I'd be interested to know of any job sites people know of which don't allow recruiters to post jobs. I know there are good recruiters out there but there are also a lot of crappy ones. I know there are a number of no recruiter jobs boards about at the moment (I have my own) and I'm sure employers on HN would like to know what options they have for advertising jobs directly.
======
templaedhel
My recent project which is in beta currently <http://exquisitejobs.com/> hand
picks jobs of only the highest quality. This means no vague recruiters and
also no "facebook groupon badge clone site for equity.".

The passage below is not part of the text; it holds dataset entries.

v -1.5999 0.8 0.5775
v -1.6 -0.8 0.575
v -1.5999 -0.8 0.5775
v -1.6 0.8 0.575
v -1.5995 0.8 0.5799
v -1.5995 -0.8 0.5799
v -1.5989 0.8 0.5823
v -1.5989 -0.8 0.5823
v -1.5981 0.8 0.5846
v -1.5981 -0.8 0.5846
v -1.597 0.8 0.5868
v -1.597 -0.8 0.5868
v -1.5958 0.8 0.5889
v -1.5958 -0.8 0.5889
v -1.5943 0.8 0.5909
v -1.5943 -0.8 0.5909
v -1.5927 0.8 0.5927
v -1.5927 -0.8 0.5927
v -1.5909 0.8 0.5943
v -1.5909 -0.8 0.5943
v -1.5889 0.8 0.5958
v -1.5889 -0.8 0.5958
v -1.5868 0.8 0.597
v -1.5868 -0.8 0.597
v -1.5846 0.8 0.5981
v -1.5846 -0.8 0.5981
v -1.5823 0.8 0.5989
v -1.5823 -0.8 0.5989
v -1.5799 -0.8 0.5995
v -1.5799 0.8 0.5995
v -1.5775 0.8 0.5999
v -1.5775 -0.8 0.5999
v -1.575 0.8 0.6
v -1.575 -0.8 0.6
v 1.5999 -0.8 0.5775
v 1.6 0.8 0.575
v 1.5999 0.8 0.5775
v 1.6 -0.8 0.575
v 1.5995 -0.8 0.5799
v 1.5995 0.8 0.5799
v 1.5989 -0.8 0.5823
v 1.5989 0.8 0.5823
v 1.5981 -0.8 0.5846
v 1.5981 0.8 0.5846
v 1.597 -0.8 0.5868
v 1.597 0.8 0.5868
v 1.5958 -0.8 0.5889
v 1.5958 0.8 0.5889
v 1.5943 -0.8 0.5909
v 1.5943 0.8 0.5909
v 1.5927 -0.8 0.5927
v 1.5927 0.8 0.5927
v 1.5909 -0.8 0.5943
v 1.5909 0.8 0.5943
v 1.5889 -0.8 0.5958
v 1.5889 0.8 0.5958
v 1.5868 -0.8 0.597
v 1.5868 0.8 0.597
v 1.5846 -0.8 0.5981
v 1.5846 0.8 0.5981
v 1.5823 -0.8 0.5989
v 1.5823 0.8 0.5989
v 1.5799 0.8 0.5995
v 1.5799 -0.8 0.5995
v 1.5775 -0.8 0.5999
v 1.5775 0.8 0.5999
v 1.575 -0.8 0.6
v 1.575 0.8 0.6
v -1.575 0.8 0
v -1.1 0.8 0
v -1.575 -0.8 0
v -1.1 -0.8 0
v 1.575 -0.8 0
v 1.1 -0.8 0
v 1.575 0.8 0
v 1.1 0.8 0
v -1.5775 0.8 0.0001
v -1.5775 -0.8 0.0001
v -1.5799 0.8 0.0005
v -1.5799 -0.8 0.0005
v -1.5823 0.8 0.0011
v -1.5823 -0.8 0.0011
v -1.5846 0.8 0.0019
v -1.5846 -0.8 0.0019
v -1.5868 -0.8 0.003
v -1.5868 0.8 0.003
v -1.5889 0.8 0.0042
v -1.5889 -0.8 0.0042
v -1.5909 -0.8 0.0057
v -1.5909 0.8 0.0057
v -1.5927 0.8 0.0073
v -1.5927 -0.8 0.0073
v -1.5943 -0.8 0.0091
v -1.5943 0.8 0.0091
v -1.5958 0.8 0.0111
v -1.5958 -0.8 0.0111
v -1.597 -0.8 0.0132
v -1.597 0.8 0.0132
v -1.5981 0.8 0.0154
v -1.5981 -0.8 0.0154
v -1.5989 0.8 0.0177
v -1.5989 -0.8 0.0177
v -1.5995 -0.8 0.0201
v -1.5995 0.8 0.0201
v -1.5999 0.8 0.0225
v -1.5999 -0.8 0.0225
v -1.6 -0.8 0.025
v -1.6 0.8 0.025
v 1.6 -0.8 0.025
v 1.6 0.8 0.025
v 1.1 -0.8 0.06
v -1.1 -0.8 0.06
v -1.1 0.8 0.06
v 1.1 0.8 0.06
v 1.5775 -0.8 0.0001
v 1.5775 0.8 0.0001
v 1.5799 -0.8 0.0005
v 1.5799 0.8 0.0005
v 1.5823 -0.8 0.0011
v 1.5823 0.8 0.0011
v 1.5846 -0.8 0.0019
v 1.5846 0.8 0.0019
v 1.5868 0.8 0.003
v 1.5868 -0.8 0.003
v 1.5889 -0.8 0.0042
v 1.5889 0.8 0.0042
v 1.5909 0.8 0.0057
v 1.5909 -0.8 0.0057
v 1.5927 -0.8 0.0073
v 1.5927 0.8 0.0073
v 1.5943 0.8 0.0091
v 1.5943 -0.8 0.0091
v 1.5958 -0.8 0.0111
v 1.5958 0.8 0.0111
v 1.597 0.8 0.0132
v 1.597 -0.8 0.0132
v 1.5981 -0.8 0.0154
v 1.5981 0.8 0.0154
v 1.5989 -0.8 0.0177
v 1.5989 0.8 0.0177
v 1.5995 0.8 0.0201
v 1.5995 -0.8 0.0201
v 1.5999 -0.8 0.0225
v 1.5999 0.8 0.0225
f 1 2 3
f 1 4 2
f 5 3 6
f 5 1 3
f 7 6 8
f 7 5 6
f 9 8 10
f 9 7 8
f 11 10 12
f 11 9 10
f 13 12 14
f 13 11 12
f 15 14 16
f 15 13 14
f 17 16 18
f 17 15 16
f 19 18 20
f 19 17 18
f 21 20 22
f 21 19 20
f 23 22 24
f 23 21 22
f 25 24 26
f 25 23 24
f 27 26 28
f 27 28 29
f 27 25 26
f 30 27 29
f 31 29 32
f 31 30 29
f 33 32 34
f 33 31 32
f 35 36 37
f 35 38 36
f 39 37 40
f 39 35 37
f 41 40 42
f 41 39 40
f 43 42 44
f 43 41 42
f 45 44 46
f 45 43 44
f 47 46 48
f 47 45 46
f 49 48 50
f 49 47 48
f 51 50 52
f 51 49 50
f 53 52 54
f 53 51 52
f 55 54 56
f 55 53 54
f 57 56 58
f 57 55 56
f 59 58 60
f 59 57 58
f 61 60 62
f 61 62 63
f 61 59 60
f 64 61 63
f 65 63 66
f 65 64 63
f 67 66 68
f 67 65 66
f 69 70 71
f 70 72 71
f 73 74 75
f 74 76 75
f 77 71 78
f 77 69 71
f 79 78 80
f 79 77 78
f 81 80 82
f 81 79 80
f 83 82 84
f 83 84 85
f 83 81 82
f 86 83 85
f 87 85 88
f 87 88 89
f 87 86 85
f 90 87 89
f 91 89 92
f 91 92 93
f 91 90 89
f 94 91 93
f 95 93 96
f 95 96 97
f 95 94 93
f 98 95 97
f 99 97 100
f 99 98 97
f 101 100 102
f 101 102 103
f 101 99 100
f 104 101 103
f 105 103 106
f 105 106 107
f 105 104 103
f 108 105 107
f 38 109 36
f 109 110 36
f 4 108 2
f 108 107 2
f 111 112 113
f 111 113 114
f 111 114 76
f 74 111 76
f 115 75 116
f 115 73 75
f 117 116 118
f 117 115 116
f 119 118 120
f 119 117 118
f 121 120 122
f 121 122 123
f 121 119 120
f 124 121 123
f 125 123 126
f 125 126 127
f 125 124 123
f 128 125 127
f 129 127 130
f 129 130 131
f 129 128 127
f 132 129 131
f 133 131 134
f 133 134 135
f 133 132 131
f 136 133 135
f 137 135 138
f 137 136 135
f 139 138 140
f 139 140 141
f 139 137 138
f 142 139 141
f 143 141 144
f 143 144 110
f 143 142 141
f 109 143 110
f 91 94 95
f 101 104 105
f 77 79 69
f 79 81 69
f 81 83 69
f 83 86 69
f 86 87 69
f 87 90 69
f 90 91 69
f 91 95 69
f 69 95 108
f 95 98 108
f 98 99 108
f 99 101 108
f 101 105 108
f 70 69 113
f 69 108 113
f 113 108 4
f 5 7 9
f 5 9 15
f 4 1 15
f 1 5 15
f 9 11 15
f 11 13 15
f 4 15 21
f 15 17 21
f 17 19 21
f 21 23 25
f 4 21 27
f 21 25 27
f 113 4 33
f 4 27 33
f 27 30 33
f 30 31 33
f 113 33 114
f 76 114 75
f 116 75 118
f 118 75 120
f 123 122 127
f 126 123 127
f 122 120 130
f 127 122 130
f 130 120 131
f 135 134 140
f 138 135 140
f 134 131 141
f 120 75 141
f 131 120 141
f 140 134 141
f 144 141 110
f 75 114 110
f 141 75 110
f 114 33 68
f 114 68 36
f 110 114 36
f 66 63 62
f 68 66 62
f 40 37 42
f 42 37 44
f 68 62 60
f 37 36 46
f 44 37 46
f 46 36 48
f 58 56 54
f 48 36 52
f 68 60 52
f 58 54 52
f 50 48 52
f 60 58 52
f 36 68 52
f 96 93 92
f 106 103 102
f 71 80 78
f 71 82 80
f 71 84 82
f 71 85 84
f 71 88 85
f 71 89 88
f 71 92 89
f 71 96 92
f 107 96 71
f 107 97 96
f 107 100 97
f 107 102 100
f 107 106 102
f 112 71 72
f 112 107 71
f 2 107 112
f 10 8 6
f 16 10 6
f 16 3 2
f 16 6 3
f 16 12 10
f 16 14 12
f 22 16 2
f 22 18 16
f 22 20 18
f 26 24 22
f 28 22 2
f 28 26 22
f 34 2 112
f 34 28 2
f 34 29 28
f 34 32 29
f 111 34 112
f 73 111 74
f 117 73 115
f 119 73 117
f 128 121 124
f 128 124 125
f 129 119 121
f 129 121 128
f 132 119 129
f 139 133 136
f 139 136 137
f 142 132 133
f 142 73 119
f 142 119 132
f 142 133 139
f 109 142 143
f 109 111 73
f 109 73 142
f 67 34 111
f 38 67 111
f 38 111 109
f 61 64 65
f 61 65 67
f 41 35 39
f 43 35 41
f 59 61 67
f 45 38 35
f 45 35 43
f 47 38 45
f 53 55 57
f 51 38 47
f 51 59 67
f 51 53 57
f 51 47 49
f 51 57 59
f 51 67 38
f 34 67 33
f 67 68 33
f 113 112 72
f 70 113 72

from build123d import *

# Parameters (mm, degrees)
SKETCH002_W             = 3.08
SKETCH002_H             = 0.48
PAD001_DEPTH            = 0.8
PAD_DEPTH               = 0.8
FILLET_R                = 0.025
BODY002_PLACEMENT_ANGLE = 180
SKETCH003_W             = 2.2
SKETCH003_H             = 1.6
PAD002_DEPTH            = 0.06


with BuildPart() as substrate:
    # Sketch002 → Pad001 (new body, symmetric)
    with BuildSketch(Plane.XZ):
        with Locations((0, 0.3)):
            Rectangle(SKETCH002_W, SKETCH002_H)
    extrude(amount=PAD001_DEPTH, both=True)


with BuildPart() as body001:
    # Sketch001 → Pad (new body, symmetric)
    with BuildSketch(Plane.XZ):
        Polygon((-1.1, 0), (-1.6, 0), (-1.6, 0.6), (-1.1, 0.6), (-1.1, 0.54), (-1.54, 0.54), (-1.54, 0.06), (-1.1, 0.06), align=None)
    pad = extrude(amount=PAD_DEPTH, both=True)

    # Mirrored: Pad across XZ
    add(pad.mirror(Plane.XZ))

    # Fillet
    fillet_edges = [body001.edges().sort_by_distance(p)[0] for p in [
        (-1.6, 0, 0.6),
        (-1.6, 0, 0),
    ]]
    fillet(fillet_edges, radius=FILLET_R)


with BuildPart() as body002:
    # Body002 base: copy of Body001
    add(body001.part)


with BuildPart() as body002_1:
    # Body002 placement: moved
    add(body002.part.rotate(Axis((0, 0, 0), (0, 0, 1)), BODY002_PLACEMENT_ANGLE))


with BuildPart() as r_1206_3216m:
    # Sketch003 → Pad002 (new body)
    with BuildSketch(Plane.XY.offset(0.54)):
        Rectangle(SKETCH003_W, SKETCH003_H)
    extrude(amount=PAD002_DEPTH)

    # Fusion: union Substrate, Body001, Body002
    add(substrate.part)
    add(body001.part)
    add(body002_1.part)


solid = r_1206_3216m.part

It's invite only to maintain a high calibre of applicants, but if you mention
your HN name and make cool stuff there is a good chance you'll get in.

Hope you like it.

------
Peroni
This thread makes me sad. We're not all evil, money-hungry idiots who can't
tell the difference between Java & JavaScript. Recruiter ads are an annoyance
though. Lack of company info, vague salaries, words like 'ninja' and
'rockstar' _shudder_

Sometimes a recruiter can provide you access to lots of work you won't find
advertised anywhere on the net.

Stick your email address into our notification box on
<http://hackerjobs.co.uk> if you want to be informed of a new site that aims
to circumvent Tech Recruiters and significantly improve the recruitment
process. It's not affiliated to _any_ recruitment company so don't worry. It's
a side project myself and a fellow HN'er are working on.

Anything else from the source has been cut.